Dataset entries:
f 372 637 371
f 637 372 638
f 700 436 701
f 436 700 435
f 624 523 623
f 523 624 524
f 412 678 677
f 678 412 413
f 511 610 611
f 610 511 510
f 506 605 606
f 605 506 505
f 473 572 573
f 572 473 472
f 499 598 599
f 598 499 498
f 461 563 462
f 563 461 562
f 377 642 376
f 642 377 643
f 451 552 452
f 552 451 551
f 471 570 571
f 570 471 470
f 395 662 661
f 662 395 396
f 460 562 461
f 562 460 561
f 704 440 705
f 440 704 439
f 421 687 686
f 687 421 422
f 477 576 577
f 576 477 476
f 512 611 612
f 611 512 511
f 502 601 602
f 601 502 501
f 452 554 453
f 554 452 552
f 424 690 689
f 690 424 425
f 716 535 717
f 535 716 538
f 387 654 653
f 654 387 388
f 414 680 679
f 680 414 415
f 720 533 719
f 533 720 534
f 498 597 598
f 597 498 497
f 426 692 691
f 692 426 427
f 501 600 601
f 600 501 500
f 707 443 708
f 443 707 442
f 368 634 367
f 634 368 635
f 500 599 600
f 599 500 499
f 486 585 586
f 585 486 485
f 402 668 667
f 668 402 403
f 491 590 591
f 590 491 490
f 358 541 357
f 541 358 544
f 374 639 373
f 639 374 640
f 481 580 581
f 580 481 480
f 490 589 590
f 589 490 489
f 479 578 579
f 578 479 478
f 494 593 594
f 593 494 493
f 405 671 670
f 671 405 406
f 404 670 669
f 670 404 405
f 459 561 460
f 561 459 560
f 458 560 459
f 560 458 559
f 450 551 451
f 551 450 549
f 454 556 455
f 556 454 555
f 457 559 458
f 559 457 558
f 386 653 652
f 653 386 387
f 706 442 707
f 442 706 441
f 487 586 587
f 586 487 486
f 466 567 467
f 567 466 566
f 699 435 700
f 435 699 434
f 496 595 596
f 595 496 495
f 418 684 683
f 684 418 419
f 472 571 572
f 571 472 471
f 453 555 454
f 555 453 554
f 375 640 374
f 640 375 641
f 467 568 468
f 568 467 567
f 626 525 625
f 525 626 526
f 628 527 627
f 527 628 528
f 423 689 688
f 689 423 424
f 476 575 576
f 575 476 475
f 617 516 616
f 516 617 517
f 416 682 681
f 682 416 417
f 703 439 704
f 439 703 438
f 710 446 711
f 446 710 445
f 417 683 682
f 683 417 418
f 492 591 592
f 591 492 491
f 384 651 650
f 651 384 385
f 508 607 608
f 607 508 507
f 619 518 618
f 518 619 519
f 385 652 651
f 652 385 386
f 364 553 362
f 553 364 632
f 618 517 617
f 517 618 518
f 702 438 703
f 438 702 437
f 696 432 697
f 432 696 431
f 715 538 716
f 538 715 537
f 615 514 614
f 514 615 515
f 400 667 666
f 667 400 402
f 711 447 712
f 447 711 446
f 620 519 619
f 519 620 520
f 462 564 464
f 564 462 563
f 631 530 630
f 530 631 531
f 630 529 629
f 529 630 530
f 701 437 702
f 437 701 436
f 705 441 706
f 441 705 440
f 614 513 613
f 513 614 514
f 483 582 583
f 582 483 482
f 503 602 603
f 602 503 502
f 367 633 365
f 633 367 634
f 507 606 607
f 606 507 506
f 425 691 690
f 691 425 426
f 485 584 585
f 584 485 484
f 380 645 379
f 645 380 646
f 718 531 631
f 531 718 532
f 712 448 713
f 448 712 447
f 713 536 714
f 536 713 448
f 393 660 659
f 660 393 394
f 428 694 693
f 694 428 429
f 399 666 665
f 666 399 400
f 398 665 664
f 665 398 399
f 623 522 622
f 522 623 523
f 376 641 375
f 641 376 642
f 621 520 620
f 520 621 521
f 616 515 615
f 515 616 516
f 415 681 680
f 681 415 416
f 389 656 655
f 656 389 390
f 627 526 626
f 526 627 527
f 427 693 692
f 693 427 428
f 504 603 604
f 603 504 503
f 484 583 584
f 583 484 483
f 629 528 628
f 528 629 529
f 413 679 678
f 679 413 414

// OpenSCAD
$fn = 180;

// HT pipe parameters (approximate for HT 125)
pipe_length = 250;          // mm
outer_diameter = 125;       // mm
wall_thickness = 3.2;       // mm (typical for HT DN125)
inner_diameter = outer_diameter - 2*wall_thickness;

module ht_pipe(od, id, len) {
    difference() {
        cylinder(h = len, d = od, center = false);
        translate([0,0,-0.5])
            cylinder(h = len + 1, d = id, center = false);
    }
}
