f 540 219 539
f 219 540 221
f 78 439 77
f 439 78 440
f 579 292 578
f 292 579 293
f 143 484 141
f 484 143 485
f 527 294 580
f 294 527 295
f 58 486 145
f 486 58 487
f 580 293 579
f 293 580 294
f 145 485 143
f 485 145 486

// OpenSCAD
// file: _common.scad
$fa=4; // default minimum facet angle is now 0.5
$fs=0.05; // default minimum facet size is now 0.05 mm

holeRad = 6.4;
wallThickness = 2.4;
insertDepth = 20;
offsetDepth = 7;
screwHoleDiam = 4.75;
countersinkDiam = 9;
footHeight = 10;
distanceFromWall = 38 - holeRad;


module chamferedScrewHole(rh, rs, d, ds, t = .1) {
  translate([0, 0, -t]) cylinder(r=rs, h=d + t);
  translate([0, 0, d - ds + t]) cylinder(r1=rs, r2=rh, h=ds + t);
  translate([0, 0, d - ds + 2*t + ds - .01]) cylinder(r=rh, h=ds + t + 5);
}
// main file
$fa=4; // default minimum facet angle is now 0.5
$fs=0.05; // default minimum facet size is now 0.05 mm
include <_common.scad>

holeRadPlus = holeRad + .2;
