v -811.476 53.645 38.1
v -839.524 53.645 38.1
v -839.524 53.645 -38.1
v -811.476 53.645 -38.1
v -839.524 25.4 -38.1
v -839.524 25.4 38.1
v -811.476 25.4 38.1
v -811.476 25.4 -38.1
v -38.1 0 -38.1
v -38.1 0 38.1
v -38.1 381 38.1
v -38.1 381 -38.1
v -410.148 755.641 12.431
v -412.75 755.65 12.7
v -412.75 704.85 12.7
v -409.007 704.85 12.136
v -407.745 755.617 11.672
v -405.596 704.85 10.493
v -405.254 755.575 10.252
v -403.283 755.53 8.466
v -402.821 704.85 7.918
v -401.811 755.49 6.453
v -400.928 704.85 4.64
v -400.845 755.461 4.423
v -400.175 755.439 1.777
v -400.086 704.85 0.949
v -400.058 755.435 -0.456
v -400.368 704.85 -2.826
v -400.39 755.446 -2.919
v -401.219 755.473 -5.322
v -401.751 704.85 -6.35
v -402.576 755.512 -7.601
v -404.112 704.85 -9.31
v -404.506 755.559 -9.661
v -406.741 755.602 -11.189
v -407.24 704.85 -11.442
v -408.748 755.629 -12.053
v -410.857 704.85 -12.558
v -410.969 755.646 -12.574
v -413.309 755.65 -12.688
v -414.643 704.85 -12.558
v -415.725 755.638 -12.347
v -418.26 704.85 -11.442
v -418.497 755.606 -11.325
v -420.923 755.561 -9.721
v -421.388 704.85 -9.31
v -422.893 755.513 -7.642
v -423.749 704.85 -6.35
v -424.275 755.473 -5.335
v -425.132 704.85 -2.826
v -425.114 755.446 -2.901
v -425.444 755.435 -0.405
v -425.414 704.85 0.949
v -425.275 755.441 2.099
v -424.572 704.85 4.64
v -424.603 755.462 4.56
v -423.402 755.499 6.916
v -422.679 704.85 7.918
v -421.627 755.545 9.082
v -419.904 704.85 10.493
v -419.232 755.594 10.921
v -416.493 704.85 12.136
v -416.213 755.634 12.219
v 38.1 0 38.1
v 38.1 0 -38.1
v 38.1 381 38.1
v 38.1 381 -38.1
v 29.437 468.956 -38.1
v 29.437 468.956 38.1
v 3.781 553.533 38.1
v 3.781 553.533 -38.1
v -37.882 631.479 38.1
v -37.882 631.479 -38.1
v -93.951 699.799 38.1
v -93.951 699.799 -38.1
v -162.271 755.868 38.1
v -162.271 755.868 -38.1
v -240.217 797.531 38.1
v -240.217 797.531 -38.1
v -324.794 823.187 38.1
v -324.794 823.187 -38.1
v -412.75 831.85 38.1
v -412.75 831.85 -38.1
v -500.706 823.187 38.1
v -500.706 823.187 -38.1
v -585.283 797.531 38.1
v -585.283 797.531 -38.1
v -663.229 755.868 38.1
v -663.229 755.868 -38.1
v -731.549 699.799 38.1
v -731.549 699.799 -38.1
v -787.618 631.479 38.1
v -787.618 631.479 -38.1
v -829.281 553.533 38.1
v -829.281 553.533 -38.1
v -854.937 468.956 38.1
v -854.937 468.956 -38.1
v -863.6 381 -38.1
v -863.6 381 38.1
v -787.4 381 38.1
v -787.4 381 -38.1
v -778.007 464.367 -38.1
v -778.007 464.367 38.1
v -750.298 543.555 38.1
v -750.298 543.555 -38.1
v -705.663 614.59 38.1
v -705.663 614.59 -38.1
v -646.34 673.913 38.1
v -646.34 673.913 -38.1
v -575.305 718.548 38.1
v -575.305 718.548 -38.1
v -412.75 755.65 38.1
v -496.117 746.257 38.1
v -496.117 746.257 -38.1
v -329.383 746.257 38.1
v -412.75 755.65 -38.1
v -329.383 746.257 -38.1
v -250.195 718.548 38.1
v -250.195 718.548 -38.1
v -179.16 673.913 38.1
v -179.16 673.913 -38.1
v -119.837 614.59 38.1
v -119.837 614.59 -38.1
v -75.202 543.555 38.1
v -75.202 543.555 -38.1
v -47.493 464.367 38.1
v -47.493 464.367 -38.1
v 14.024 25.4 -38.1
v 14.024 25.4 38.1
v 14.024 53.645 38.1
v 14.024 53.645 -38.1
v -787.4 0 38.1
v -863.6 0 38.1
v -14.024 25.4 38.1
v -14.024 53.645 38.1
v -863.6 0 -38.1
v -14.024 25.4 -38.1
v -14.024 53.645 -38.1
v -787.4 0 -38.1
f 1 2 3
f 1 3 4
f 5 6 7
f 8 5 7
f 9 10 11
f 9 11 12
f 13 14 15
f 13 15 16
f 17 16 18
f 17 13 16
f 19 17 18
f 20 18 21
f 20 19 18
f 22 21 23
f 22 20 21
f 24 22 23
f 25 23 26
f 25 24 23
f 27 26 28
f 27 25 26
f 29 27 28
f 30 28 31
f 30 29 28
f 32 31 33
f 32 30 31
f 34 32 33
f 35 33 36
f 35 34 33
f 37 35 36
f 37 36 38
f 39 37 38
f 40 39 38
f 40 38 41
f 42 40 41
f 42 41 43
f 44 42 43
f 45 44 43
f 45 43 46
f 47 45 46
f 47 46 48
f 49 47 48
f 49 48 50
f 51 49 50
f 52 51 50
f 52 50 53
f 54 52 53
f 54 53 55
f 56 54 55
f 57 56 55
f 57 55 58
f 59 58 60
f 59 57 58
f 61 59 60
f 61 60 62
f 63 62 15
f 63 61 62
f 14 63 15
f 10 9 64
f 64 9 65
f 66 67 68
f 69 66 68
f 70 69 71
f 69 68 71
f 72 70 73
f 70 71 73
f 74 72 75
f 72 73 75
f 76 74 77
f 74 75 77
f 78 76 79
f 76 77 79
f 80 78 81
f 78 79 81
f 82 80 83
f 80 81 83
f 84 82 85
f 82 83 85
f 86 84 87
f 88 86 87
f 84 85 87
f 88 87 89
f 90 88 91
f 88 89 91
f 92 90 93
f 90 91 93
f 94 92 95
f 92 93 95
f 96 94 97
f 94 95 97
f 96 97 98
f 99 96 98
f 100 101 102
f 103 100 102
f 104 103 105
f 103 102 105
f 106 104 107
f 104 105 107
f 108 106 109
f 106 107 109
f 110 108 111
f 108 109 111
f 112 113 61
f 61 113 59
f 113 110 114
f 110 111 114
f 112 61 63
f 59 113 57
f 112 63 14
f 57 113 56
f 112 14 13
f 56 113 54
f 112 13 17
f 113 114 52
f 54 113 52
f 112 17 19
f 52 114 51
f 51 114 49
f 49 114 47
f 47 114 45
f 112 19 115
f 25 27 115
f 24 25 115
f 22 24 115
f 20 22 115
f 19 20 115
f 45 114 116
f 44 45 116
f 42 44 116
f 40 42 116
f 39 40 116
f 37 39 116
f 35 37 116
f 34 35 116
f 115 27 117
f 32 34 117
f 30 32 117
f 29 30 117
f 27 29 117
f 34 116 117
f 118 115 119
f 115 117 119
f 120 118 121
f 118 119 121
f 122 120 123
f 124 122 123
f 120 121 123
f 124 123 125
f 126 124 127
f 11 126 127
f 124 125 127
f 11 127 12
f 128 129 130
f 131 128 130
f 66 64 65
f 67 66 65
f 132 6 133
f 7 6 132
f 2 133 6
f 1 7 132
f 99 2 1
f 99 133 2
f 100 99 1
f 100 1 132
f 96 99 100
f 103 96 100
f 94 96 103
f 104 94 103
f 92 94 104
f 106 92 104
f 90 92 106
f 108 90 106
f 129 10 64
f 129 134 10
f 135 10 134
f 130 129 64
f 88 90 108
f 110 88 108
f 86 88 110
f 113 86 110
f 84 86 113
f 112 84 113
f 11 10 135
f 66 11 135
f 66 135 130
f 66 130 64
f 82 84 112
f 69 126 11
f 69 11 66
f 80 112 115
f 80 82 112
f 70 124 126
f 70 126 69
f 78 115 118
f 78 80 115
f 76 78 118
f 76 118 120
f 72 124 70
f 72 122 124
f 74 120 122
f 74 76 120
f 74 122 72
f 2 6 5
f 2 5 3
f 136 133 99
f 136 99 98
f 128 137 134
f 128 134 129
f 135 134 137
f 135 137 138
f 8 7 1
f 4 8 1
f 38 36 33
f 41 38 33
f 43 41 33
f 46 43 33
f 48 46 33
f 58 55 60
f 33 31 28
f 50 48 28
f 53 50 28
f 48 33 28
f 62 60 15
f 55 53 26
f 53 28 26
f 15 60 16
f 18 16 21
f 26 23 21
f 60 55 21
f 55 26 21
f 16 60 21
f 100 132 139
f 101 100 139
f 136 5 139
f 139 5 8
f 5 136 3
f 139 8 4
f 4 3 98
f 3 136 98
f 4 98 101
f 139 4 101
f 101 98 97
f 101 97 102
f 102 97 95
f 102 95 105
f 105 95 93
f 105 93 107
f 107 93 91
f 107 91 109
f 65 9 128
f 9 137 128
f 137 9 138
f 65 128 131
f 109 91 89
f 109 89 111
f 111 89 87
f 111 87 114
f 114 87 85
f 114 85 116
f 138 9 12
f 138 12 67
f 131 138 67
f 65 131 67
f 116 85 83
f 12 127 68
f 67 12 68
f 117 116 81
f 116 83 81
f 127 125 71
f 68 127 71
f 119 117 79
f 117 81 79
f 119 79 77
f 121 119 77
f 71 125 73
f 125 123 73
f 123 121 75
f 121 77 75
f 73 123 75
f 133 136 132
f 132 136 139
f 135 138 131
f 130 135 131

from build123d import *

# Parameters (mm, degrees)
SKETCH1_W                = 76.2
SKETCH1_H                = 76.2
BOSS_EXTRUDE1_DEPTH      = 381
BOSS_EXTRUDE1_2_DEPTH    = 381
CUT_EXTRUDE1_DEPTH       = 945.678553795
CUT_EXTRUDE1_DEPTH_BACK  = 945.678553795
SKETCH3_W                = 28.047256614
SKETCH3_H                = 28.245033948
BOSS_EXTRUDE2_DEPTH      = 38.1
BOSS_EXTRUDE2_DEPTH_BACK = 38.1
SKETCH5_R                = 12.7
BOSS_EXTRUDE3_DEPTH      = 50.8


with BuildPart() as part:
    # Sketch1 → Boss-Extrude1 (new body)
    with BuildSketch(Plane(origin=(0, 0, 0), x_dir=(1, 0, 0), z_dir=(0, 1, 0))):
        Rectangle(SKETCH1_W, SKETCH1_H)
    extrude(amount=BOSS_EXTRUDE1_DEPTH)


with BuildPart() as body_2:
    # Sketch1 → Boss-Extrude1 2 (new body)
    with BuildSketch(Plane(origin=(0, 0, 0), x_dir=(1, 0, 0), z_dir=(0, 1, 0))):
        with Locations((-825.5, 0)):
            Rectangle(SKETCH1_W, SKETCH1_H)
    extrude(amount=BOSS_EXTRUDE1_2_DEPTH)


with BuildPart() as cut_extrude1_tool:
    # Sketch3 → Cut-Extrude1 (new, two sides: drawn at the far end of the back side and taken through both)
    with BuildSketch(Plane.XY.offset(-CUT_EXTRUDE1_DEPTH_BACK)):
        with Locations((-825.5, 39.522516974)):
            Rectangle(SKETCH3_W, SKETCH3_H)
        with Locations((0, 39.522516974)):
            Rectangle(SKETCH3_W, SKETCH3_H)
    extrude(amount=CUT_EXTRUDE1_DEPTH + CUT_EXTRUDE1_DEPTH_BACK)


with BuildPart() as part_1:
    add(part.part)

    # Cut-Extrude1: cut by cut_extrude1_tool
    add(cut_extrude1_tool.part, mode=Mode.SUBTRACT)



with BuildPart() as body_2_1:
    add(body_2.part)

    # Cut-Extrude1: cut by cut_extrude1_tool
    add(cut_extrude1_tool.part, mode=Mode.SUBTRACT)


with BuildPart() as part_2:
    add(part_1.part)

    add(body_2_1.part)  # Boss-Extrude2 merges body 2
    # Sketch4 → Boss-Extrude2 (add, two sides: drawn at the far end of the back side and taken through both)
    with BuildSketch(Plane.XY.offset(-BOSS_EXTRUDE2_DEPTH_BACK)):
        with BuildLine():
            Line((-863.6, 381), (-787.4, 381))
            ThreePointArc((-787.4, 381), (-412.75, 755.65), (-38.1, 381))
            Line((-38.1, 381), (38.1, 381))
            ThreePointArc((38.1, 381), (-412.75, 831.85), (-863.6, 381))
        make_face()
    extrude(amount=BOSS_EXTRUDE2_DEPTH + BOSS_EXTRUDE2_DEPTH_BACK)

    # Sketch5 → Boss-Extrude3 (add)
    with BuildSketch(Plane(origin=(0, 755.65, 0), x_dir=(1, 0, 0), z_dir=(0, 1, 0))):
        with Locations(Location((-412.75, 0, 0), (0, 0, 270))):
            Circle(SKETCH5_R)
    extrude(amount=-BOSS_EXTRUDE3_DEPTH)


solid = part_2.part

**Activity:** As the answer, set down only the lines from the data above between the one holding "v -750.298 543.555 38.1" and the one holding "v -119.837 614.59 38.1", inclusive, exactly as they read.

**Solution to the problem:**
v -750.298 543.555 38.1
v -750.298 543.555 -38.1
v -705.663 614.59 38.1
v -705.663 614.59 -38.1
v -646.34 673.913 38.1
v -646.34 673.913 -38.1
v -575.305 718.548 38.1
v -575.305 718.548 -38.1
v -412.75 755.65 38.1
v -496.117 746.257 38.1
v -496.117 746.257 -38.1
v -329.383 746.257 38.1
v -412.75 755.65 -38.1
v -329.383 746.257 -38.1
v -250.195 718.548 38.1
v -250.195 718.548 -38.1
v -179.16 673.913 38.1
v -179.16 673.913 -38.1
v -119.837 614.59 38.1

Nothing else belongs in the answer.